Page MenuHomePhabricator

Add a link: maximum number of links per article
Closed, ResolvedPublic

Description

Multiple communities have had concerns that the "add a link" workflow causes overlinking, in which too many links are made per article. Not only do they not want to see overlinking occur, they also don't want the workflow to teach newcomers that adding many many links to an article -- rather newcomers should be taught to be judicious with their additions.

To that end, we want to limit how many suggestions for links are in each article. Right now, we have a limit of 10 links, based on the algorithm.

Here's what we want to do:

Event Timeline

Currently Add Link has a maximumLinksPerTask property (exposed to community configuration, although not via the special page form) which controls how many links the service is instructed to generate. This currently defaults to 10; higher values cause problems (link generation is slow).

AIUI we want to keep generating 10 links, but then use the 3 best; so we want to add a new property (maximumLinksToShow?), and apply the corresponding filtering logic when the task data is loaded from cache (so don't need to do a cache refresh & community configuration changes are instantaneous).

Currently Add Link has a maximumLinksPerTask property (exposed to community configuration, although not via the special page form) which controls how many links the service is instructed to generate. This currently defaults to 10; higher values cause problems (link generation is slow).

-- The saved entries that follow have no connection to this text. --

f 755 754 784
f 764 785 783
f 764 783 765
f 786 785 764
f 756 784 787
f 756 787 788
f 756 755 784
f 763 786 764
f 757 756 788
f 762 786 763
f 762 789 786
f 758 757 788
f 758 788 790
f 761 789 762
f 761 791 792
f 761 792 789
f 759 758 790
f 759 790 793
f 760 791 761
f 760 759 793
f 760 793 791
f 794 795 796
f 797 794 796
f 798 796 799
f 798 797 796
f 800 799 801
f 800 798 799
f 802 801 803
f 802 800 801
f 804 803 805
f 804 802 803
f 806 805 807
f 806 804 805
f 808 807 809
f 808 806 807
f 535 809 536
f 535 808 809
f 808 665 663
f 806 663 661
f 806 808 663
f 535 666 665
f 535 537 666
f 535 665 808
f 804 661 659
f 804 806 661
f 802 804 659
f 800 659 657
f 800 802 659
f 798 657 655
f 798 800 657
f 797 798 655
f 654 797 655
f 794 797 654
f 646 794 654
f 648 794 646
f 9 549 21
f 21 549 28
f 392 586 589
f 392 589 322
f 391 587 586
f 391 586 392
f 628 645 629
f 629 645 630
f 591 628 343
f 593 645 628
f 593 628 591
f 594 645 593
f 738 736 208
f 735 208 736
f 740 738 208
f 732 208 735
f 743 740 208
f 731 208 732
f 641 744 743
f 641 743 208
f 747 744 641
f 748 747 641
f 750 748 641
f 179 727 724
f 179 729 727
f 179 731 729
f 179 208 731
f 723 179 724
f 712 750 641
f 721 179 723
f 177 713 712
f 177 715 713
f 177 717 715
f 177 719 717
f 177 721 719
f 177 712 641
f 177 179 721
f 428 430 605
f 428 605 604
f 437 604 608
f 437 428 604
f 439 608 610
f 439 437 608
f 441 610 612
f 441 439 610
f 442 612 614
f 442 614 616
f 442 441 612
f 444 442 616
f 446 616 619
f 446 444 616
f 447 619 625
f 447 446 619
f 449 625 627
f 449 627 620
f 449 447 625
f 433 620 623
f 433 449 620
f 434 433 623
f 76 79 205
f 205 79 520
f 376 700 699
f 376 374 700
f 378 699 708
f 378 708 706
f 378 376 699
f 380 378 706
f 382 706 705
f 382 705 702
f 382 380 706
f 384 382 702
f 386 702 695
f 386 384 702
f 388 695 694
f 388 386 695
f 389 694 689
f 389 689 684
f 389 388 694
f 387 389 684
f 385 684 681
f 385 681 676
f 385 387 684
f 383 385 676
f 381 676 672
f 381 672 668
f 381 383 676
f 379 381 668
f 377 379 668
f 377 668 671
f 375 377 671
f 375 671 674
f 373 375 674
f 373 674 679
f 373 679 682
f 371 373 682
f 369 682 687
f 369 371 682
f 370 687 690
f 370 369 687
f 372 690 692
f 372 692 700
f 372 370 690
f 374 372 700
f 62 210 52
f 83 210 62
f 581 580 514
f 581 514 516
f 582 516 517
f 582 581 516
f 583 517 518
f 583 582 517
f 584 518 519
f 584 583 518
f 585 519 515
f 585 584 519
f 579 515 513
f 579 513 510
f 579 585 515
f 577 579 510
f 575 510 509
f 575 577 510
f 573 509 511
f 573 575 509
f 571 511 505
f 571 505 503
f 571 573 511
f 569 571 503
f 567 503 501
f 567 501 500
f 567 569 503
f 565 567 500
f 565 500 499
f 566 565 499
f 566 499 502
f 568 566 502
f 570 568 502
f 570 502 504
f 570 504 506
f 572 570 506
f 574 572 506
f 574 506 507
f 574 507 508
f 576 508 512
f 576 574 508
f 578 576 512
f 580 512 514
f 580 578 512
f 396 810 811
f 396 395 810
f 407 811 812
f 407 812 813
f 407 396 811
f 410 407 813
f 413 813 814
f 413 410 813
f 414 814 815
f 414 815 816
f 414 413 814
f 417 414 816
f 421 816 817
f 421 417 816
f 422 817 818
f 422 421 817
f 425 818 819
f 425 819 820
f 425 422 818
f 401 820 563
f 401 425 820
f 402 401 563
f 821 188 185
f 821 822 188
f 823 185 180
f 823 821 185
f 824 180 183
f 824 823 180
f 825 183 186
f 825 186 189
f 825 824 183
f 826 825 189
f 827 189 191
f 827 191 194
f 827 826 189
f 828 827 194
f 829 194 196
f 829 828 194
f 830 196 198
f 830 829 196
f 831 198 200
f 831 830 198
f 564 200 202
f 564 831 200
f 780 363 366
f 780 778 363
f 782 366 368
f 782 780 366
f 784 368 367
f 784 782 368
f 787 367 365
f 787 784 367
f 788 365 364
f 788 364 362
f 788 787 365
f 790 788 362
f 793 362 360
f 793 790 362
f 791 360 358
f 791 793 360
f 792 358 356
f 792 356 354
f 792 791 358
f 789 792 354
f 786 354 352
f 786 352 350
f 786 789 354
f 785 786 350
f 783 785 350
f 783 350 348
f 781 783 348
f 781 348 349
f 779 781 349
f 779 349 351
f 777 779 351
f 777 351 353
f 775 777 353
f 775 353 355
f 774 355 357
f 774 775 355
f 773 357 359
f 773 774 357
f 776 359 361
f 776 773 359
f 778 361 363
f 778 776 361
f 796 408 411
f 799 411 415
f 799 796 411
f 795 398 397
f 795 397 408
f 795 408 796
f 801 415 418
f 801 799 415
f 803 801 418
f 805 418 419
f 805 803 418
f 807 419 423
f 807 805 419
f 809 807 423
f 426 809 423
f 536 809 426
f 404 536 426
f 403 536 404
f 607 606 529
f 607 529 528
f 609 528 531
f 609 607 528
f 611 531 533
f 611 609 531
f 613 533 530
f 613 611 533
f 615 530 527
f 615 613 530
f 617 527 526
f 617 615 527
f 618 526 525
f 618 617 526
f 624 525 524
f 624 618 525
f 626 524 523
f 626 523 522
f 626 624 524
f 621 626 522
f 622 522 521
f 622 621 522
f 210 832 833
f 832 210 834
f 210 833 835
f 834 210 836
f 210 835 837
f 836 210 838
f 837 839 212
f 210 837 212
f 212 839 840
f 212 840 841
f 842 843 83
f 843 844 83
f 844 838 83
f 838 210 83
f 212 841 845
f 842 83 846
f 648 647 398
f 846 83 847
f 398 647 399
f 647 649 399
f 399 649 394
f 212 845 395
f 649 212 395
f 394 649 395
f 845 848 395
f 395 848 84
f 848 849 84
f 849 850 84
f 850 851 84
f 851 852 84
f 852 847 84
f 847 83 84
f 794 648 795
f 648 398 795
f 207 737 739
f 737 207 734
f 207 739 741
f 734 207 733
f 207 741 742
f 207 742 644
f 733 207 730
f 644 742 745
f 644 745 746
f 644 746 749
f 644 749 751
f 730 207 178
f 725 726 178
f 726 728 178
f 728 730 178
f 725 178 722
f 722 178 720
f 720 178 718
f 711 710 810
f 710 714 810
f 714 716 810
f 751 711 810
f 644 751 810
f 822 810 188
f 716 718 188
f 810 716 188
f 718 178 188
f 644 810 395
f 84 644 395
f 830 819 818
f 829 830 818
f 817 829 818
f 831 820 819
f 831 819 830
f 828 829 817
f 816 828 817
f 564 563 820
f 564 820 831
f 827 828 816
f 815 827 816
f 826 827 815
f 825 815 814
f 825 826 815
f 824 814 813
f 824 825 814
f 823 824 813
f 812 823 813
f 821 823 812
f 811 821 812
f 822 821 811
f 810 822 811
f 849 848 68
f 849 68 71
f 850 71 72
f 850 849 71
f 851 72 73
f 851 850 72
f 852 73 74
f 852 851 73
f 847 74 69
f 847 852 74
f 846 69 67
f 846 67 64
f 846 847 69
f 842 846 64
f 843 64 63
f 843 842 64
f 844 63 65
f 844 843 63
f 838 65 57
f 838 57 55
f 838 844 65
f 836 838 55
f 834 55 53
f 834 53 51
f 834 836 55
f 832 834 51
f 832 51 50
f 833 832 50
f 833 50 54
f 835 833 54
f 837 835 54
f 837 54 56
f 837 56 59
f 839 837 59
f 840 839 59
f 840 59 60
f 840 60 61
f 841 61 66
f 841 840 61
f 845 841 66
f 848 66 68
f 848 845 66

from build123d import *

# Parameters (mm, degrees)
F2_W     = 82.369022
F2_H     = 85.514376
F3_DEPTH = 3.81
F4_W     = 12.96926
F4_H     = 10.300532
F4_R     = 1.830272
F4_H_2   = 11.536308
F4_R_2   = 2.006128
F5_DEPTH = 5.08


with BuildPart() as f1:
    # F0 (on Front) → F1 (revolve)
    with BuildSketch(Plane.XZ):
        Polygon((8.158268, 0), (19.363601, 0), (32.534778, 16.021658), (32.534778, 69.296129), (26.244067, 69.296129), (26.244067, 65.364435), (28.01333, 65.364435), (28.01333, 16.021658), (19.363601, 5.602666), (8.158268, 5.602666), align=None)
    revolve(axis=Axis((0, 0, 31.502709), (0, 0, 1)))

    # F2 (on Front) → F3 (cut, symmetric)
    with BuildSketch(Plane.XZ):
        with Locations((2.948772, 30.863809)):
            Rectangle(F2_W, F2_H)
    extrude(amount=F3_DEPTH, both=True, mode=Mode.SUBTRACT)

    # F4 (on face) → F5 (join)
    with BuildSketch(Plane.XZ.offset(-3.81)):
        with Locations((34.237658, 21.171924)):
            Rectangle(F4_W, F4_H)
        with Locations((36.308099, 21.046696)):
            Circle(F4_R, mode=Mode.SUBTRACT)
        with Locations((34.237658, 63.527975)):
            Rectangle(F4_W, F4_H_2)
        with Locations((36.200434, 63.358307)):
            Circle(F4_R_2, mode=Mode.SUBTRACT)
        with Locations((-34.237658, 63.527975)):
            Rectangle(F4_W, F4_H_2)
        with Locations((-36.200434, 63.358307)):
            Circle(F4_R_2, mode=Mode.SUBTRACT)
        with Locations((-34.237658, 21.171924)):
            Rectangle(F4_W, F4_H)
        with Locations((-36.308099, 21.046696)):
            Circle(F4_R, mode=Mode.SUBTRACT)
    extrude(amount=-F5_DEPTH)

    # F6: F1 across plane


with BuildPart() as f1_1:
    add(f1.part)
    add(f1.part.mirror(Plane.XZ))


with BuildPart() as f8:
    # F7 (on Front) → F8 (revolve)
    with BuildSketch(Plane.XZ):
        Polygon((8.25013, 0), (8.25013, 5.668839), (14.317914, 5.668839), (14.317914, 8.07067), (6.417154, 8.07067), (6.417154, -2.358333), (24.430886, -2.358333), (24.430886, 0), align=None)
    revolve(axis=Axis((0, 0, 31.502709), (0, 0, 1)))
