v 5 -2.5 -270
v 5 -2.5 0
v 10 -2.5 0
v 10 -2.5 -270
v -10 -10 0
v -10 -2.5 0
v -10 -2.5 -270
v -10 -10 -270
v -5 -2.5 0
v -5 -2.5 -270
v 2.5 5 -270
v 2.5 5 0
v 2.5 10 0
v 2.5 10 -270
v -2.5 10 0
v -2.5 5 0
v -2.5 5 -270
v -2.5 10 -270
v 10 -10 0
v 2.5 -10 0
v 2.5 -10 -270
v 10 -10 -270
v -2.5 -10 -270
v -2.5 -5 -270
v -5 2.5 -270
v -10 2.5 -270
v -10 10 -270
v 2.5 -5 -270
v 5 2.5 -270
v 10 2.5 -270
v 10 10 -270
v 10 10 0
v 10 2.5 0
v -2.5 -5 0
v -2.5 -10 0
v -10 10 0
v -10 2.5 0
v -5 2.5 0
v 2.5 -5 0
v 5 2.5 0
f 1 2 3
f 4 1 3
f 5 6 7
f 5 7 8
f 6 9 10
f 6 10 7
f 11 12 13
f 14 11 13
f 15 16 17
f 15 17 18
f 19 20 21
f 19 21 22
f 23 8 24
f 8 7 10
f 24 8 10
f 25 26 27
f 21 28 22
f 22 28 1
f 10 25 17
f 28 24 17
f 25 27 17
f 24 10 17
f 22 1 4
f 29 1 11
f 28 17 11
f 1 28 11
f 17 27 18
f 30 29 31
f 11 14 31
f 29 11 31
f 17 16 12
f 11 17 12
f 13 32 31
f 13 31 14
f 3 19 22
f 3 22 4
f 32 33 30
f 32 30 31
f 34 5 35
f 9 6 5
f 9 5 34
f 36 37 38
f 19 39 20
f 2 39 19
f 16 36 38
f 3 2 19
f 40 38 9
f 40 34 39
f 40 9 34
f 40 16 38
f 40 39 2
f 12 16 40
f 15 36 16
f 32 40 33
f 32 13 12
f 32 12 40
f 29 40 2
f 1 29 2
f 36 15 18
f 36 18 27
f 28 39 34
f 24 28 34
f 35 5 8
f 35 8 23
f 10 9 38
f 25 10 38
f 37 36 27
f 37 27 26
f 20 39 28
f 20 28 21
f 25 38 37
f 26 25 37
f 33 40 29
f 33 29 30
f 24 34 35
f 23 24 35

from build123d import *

# Parameters (mm, degrees)
SKETCH1_W           = 20
SKETCH1_H           = 20
BOSS_EXTRUDE1_DEPTH = 270
SKETCH1_3_W         = 5
SKETCH1_3_H         = 10
CUT_EXTRUDE1_DEPTH  = 645
CIRPATTERN1_COUNT   = 4


with BuildPart() as part:
    # Sketch1 → Boss-Extrude1 (new body)
    with BuildSketch(Plane.XY):
        Rectangle(SKETCH1_W, SKETCH1_H)
    extrude(amount=-BOSS_EXTRUDE1_DEPTH)

    # Sketch1<3> → Cut-Extrude1 (cut)
    with BuildSketch(Plane.XY):
        with Locations((0, 10)):
            Rectangle(SKETCH1_3_W, SKETCH1_3_H)
    cut_extrude1 = extrude(amount=-CUT_EXTRUDE1_DEPTH, mode=Mode.SUBTRACT)

    # CirPattern1: Cut-Extrude1 ×4 about axis
    cirpattern1_axis = Axis((0, 0, 32.25), (0, 0, -1))
    for i in range(1, CIRPATTERN1_COUNT):
        add(cut_extrude1.rotate(cirpattern1_axis, i * 360 / CIRPATTERN1_COUNT), mode=Mode.SUBTRACT)


solid = part.part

AIUI we want to keep generating 10 links, but then use the 3 best; so we want to add a new property (maximumLinksToShow?), and apply the corresponding filtering logic when the task data is loaded from cache (so don't need to do a cache refresh & community configuration changes are instantaneous).

That sounds right to me. We could maybe save some processing time by lowering the maximumLinksPerTask value to e.g. 5 or compute it based on the value of maximumLinksToShow but that seems like more complexity than it's worth.

Sgs changed the task status from Open to In Progress.Feb 8 2022, 3:08 PM
Sgs claimed this task.

Change 761402 had a related patch set uploaded (by Sergio Gimeno; author: Sergio Gimeno):

[mediawiki/extensions/GrowthExperiments@master] Add a link: maximum number of links per article

https://gerrit.wikimedia.org/r/761402

@MMiller_WMF I have observed some bias towards multiple words (particularly two words) concepts while applying the requirement of These should be the three highest accuracy suggestions of all the available ones in the article. For instance "mobile payment", "Fast-moving consumer goods", "Joint venture". Are we sure we want to apply this sorting or should we analyze better if the more accurate links don't have any issues?

@kostajh mentioned also he was unsure about this sorting. Could you tell us what are your doubts about it?

Just want to mention that there are different options for prioritizing the 3 best links:

  • highest prediction accuracy (as suggested above)
  • highest up in terms of the position in the text. while click-through rates (CRT) is only one proxy for the utility of a link, we know that CRT of links decreases with their relative position in the text (see Fig. 3b of "Improving Website Hyperlink Structure Using Server Logs", link to pdf). this is already implicitly encoded in the algorithm as we generate recommendations by iterating through the text from beginning to end
  • longer anchors (as in number of words when splitting the anchor by whitespace). my intuition would be that a longer anchor contains less ambiguity about the destination that should be linked to. For example, "Berlin, Kansas" is pretty obvious whereas "Berlin" could link to many different articles about different aspects of the city. This is included implicitly as a feature in the prediction algorithm so should be reflected in the prediction-score. However, since you mention the bias about "two-word concepts" this might be a useful heuristic to apply.

Thanks for the notes, @MGerlach. @Sgs, let's stay with the "highest accuracy" sorting for now, and we'll have Martin's note in case we want to try something different.

Change 769034 had a related patch set uploaded (by Sergio Gimeno; author: Sergio Gimeno):

[schemas/event/secondary@master] Add a link: add number_phrases_shown value for add a link impressions

https://gerrit.wikimedia.org/r/769034

Change 769034 merged by jenkins-bot:

[schemas/event/secondary@master] Add a link: add number_phrases_shown value for add a link impressions

https://gerrit.wikimedia.org/r/769034

@Etonkovidova to test different values for maximumLinksToShowPerTask, you can modify MediaWiki:NewcomerTasks.json so that the link-recommendation section looks like this:

"link-recommendation": {
    "group": "easy",
    "type": "link-recommendation",
    "maximumLinksToShowPerTask": 2
},

Change 761402 merged by jenkins-bot:

[mediawiki/extensions/GrowthExperiments@master] Add a link: maximum number of links per article

https://gerrit.wikimedia.org/r/761402

Checked in betalabs - works as expected; need testing in production.